From the records below, pull each line that has "points".

[[ Material shown, beginning ]]

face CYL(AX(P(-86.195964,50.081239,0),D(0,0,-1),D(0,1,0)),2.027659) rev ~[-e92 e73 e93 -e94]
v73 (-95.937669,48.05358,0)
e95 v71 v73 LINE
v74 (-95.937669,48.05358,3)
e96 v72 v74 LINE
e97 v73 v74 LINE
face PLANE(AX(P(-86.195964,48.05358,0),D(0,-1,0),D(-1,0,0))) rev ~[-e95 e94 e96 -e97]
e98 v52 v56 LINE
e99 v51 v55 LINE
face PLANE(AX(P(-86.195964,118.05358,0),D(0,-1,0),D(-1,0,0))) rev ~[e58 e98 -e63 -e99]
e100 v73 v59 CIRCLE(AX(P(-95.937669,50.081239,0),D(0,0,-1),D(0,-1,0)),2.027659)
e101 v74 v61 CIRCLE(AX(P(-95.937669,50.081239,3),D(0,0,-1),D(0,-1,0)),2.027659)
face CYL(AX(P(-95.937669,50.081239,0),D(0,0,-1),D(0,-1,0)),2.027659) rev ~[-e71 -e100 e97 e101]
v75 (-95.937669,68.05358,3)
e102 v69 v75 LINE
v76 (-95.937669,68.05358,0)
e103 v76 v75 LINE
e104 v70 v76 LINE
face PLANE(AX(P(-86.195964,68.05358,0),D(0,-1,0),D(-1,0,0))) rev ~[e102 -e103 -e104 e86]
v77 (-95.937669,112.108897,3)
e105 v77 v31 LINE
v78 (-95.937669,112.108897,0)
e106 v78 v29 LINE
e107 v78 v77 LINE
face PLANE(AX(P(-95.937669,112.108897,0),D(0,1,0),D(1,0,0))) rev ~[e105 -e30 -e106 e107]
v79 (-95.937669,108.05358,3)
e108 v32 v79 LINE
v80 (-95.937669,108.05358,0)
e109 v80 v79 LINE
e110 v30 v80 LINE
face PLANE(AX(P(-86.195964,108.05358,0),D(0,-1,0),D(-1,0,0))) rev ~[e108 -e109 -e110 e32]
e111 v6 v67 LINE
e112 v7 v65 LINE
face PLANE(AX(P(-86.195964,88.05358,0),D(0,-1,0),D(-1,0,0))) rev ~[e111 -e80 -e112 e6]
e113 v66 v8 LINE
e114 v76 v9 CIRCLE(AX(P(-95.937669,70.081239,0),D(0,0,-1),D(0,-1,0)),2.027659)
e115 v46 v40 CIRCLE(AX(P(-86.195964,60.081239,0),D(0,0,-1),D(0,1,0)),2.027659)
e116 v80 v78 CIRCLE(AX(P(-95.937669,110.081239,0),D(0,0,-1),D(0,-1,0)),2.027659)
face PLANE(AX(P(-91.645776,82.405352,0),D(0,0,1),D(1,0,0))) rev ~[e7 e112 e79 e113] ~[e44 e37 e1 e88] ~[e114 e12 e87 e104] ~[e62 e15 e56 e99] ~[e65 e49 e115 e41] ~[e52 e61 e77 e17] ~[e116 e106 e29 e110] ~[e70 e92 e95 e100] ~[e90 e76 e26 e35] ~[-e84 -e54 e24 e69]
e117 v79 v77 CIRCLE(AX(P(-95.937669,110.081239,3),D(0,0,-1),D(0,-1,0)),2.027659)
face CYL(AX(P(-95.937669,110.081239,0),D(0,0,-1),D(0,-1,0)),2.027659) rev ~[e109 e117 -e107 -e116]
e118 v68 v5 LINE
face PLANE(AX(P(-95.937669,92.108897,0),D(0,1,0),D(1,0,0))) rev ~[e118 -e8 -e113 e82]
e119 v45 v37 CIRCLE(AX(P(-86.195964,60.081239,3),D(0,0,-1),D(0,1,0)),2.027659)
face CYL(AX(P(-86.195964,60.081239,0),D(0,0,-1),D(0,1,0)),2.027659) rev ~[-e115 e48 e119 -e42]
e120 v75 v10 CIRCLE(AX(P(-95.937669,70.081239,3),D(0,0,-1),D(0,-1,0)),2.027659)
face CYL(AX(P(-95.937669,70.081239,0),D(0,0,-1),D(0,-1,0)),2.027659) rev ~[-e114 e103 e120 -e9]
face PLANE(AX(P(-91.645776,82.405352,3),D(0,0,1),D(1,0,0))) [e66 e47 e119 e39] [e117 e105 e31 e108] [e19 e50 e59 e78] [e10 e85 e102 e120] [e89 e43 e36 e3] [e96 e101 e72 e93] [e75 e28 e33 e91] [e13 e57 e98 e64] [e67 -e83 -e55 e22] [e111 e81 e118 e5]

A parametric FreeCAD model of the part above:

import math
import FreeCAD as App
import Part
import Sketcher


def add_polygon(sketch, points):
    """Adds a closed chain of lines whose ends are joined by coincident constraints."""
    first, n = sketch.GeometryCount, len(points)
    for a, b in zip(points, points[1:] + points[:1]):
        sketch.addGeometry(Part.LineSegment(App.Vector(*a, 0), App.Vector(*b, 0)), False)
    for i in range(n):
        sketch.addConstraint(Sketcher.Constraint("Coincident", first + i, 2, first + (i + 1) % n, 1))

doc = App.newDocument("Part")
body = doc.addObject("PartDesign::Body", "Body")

[[ Material shown, end ]]

Response to the exercise:
def add_polygon(sketch, points):
    first, n = sketch.GeometryCount, len(points)
    for a, b in zip(points, points[1:] + points[:1]):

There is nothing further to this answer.